No, I'm not concerned. I'm just wondering if he can get me some FF3 and possibly FF4 lenses to ad to my order if I order some spare bulbs.

My FF3 lense has the typical fogging issue. And I love this light and the size otherwise. And it's always good to have a spare couple lenses if it gets dropped hard or something too.


----------



## LuxLuthor (Aug 7, 2020)

ampdude said:


> No, I'm not concerned. I'm just wondering if he can get me some FF3 and possibly FF4 lenses to ad to my order if I order some spare bulbs.
> 
> My FF3 lense has the typical fogging issue. And I love this light and the size otherwise.



What kind of lenses? I’ll ask him.


----------



## ampdude (Aug 7, 2020)

LuxLuthor said:


> What kind of lenses? I’ll ask him.



The glass lenses for the Firefoxes 3. Would be super awesome if they could be UV treated, but I'll take anything over the foggy original.
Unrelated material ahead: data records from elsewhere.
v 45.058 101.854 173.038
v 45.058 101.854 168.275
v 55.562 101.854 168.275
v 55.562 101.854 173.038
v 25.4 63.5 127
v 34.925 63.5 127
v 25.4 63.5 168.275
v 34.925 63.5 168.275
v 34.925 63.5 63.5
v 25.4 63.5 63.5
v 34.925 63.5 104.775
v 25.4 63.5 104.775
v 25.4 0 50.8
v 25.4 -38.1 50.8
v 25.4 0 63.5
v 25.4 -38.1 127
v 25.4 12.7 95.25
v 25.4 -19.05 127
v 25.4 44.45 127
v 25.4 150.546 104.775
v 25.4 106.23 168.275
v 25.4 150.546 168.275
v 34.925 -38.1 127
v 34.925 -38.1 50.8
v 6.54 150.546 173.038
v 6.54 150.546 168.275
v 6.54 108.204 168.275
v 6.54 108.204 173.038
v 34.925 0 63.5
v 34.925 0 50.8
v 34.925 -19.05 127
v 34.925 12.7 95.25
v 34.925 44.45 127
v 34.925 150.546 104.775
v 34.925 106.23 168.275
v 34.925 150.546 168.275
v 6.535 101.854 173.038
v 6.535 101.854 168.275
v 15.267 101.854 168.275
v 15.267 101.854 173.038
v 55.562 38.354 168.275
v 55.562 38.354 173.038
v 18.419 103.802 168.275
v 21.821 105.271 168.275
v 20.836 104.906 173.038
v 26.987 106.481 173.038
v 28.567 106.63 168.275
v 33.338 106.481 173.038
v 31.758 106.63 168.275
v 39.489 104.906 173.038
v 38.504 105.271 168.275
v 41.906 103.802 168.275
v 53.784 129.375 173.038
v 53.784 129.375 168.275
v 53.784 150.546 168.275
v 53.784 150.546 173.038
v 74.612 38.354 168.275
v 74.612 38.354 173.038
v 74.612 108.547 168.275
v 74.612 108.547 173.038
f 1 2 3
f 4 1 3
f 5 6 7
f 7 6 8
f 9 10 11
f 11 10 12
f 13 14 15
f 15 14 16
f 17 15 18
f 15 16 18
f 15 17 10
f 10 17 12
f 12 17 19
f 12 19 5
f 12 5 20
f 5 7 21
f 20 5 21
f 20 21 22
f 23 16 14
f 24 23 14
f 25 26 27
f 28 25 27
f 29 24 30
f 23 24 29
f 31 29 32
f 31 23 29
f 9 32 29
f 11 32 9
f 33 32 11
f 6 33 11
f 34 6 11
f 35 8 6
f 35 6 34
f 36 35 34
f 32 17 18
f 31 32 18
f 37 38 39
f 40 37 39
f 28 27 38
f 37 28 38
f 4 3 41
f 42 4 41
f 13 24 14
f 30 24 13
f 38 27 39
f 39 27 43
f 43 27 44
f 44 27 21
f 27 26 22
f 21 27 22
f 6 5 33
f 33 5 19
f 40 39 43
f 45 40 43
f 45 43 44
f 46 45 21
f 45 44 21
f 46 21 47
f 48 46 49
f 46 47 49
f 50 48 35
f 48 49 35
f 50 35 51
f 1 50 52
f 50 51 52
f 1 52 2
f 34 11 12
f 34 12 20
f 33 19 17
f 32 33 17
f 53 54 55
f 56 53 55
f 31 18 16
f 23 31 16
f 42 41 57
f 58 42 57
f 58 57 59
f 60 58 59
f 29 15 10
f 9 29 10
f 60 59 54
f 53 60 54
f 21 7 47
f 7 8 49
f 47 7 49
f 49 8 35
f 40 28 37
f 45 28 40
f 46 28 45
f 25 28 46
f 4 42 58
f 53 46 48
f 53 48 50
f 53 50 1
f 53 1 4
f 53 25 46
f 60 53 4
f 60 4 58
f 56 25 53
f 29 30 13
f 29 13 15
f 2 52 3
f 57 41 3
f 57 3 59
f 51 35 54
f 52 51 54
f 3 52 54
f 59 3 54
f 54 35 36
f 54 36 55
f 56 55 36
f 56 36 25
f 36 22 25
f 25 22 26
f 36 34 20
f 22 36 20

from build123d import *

# Parameters (mm, degrees)
F1_DEPTH = 9.525
F3_W     = 87.0458
F3_H     = 63.5
F3_W_2   = 38.1
F3_H_2   = 12.7
F4_DEPTH = 9.525
F6_DEPTH = 4.7625


with BuildPart() as f1:
    # F0 (on Right) → F1 (new body)
    with BuildSketch(Plane.YZ):
        Polygon((-127, 63.5), (-25.4, 63.5), (-25.4, 127), (-44.45, 127), (-76.2, 95.25), (-107.95, 127), (-127, 127), align=None)
    extrude(amount=F1_DEPTH)


with BuildPart() as f1_1:
    # F2: moved
    add(f1.part.moved(Location((25.4, 88.9, 0))))

    # F3 (on face) → F4 (join)
    with BuildSketch(Plane.YZ.offset(34.925)):
        with Locations((107.0229, 136.525)):
            Rectangle(F3_W, F3_H)
        with Locations((-19.05, 57.15)):
            Rectangle(F3_W_2, F3_H_2)
    extrude(amount=-F4_DEPTH)

    # F5 (on face) → F6 (join)
    with BuildSketch(Plane.XY.offset(168.275)):
        Polygon((6.5405, 150.5458), (6.5405, 108.204), (53.7845, 108.204), (53.7845, 129.3749), (53.7845, 150.5458), align=None)
        with BuildLine():
            Line((53.7845, 108.204), (6.5405, 108.204))
            Line((6.5405, 108.204), (6.534646, 101.854003))
            Line((6.534646, 101.854003), (15.267185, 101.854003))
            ThreePointArc((15.267185, 101.854003), (30.1625, 106.68), (45.057815, 101.854003))
            Line((45.057815, 101.854003), (55.5625, 101.854003))
            Line((55.5625, 101.854003), (55.5625, 38.354))
            Line((55.5625, 38.354), (74.6125, 38.354))
            Line((74.6125, 38.354), (74.6125, 108.5469))
            Line((74.6125, 108.5469), (53.7845, 129.3749))
            Line((53.7845, 129.3749), (53.7845, 108.204))
        make_face()
    extrude(amount=F6_DEPTH)


solid = f1_1.part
And I need spares anyways.


----------



## LuxLuthor (Aug 7, 2020)

ampdude said:


> The glass lenses for the Firefoxes 3. Would be super awesome if they could be UV treated, but I'll take anything over the foggy original. And I need spares anyways.
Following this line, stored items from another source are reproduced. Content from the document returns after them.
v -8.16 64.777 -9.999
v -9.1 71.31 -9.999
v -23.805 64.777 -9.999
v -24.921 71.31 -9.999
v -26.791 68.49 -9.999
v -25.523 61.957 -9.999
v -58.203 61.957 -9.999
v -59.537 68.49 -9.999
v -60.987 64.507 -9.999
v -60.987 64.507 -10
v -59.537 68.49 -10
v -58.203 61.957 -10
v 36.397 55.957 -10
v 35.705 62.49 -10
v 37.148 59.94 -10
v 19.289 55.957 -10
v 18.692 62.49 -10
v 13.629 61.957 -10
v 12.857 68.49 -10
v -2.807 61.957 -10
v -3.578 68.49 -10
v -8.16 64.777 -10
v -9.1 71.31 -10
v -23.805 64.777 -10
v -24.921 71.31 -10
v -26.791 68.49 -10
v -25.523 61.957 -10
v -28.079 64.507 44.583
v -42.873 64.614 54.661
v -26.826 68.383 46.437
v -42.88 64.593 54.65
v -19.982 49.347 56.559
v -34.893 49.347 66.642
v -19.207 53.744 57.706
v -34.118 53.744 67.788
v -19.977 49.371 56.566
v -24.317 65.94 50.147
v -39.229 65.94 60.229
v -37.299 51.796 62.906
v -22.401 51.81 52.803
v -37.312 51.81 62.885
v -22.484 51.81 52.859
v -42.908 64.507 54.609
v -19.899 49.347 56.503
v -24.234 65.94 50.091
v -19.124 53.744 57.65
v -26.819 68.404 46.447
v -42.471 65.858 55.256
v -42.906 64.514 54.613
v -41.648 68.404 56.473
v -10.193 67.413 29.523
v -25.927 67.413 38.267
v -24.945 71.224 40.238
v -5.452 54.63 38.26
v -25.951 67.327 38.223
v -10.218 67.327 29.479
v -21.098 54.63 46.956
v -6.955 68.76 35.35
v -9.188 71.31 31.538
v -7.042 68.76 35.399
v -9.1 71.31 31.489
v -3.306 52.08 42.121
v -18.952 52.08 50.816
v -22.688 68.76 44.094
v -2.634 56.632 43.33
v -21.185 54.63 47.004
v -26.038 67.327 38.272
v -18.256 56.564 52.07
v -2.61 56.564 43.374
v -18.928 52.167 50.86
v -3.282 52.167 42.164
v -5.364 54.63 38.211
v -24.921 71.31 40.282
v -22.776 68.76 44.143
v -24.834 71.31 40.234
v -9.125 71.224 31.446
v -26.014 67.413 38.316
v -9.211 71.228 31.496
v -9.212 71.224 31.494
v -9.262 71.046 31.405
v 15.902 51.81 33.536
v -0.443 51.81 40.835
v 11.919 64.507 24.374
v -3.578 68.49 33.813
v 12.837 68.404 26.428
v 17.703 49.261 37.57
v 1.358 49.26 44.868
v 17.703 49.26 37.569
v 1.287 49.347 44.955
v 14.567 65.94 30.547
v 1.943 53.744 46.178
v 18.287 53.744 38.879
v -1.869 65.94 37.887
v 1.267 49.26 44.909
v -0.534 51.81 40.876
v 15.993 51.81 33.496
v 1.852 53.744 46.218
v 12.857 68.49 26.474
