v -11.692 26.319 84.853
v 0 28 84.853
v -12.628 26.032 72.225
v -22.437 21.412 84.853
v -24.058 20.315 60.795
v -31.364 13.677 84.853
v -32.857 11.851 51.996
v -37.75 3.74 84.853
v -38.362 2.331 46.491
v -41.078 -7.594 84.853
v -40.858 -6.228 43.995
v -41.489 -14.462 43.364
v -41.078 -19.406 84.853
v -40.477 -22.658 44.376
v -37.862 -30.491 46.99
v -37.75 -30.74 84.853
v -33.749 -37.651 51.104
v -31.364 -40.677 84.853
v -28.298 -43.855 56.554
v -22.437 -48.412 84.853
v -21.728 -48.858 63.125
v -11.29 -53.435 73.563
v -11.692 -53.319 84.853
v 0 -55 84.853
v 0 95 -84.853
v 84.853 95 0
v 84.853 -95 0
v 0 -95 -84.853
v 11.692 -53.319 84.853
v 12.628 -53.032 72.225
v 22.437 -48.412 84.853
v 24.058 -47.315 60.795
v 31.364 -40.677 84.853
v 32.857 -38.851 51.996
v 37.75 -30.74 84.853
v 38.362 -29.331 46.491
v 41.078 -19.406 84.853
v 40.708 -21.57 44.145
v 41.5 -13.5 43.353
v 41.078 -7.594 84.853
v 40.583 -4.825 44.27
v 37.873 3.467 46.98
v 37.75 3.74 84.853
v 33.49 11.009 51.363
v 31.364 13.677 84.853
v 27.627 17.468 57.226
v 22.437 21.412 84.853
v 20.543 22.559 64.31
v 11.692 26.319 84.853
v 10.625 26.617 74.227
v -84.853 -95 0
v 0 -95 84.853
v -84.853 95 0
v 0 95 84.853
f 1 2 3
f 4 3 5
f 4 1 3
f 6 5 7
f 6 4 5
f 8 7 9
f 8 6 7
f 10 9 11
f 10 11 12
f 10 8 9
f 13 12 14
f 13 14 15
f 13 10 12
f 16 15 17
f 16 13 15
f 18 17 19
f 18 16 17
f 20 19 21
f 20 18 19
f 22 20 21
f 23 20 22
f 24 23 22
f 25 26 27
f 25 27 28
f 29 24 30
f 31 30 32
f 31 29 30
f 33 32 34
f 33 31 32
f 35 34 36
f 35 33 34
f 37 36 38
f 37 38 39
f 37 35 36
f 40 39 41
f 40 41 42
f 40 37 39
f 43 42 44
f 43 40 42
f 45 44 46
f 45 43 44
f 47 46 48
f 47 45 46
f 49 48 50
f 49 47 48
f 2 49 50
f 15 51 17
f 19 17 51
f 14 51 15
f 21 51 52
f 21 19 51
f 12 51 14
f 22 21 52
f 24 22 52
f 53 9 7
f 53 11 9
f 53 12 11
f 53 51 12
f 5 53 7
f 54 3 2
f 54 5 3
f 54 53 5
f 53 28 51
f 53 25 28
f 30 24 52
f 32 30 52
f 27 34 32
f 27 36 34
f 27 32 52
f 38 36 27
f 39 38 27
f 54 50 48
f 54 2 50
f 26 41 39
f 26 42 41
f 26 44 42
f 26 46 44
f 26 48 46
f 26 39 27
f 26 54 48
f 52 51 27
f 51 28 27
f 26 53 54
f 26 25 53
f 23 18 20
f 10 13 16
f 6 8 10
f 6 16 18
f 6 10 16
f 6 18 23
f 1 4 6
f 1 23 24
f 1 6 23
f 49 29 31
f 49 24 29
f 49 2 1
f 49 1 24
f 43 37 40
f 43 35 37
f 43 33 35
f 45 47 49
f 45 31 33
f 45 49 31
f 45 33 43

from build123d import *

# Parameters (mm, degrees)
BOSS_EXTRUDE1_DEPTH = 95
SKETCH3_R           = 41.5
BOSS_EXTRUDE3_DEPTH = 45


with BuildPart() as part:
    # Sketch2 → Boss-Extrude1 (new body, symmetric)
    with BuildSketch(Plane(origin=(0, 0, 0), x_dir=(1, 0, 0), z_dir=(0, 1, 0))):
        Polygon((-84.852813742, 0), (0, -84.852813742), (84.852813742, 0), (0, 84.852813742), align=None)
    extrude(amount=BOSS_EXTRUDE1_DEPTH, both=True)

    # Sketch3 → Boss-Extrude3 (add)
    with BuildSketch(Plane.XY.offset(84.852813742)):
        with Locations((0, -13.5)):
            Circle(SKETCH3_R)
    extrude(amount=-BOSS_EXTRUDE3_DEPTH)


solid = part.part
I never got extra lenses, are you saying your stock lens was foggy? Or was this an add on lens like he has for FF5? Wouldn’t the FF5 lens fit earlier models? Forgive my lack of awareness, but why do you need extra lenses?


----------



## ampdude (Aug 7, 2020)

LuxLuthor said:


> I never got extra lenses, are you saying your stock lens was foggy? Or was this an add on lens like he has for FF5? Wouldn’t the FF5 lens fit earlier models? Forgive my lack of awareness, but why do you need extra lenses?
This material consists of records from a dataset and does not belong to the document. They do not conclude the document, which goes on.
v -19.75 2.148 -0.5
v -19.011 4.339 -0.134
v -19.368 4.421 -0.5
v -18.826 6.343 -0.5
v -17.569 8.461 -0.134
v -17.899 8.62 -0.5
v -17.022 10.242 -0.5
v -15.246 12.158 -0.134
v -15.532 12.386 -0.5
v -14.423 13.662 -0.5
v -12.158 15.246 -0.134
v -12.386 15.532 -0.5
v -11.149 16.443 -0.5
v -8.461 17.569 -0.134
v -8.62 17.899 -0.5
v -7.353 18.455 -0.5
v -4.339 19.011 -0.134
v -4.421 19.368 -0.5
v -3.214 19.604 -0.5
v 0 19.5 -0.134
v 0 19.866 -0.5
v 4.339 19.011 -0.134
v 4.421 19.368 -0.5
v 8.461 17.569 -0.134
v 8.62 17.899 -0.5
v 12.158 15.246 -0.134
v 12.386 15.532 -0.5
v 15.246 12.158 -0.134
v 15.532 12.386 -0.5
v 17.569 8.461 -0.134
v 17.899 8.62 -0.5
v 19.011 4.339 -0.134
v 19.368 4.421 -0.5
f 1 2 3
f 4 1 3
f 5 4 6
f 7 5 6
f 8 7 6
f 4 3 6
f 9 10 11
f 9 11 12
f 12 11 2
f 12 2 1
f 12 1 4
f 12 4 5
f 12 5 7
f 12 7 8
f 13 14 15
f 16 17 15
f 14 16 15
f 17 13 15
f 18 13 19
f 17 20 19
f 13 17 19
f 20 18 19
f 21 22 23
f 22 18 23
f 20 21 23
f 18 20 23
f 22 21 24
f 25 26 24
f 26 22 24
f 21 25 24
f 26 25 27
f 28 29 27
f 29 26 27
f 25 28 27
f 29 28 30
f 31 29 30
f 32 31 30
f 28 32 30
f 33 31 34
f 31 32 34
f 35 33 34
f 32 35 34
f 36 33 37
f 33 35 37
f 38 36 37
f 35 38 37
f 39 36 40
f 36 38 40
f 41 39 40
My stock FF3 lense was foggy when I got it. Other people had the same issue.

This was many years ago when this happened. I believe the FF3 came out in 2012 and shipped mostly in 2013-2014. They attributed the lens fogging issue to the humid climate it was made in and shipped to over here. Never made any sense and I opened up the light a couple times and tried to clean the fogging off the lens and never could get it to go away. There might have been something wrong with the material of the lenses of the original FF3's, and that's the only thing I can think of.

I wouldn't know how an FF5 lens would fit an FF3, the heads are different sizes and apparently the FF5 head is larger yet than the FF4, which is what I really like about it. The FF3 lense and bezel is smaller than the FF4 lense and bezel. Just held two of them up together and also remembered that the FF3 reflector is light orange peel, while the FF4 reflector is smooth. I kinda like the FF3 as a vintage pocket rocket. I love the size of it and it's why I've not sold it for other lights. But I would like a new lens for my FF3.

I would also just like extra lenses for scratches or possible damage to the light. Or other issues. I don't understand why anyone would not want replacement parts if a light gets damaged. Without a lens the light is pretty much worthless. And it's cheap insurance.


----------



## LuxLuthor (Aug 7, 2020)

Oh ok, thanks for those details. I never heard about the fogged lens before. Sorry I didn’t know the lenses were different sizes. I will ask Neil and let you know. 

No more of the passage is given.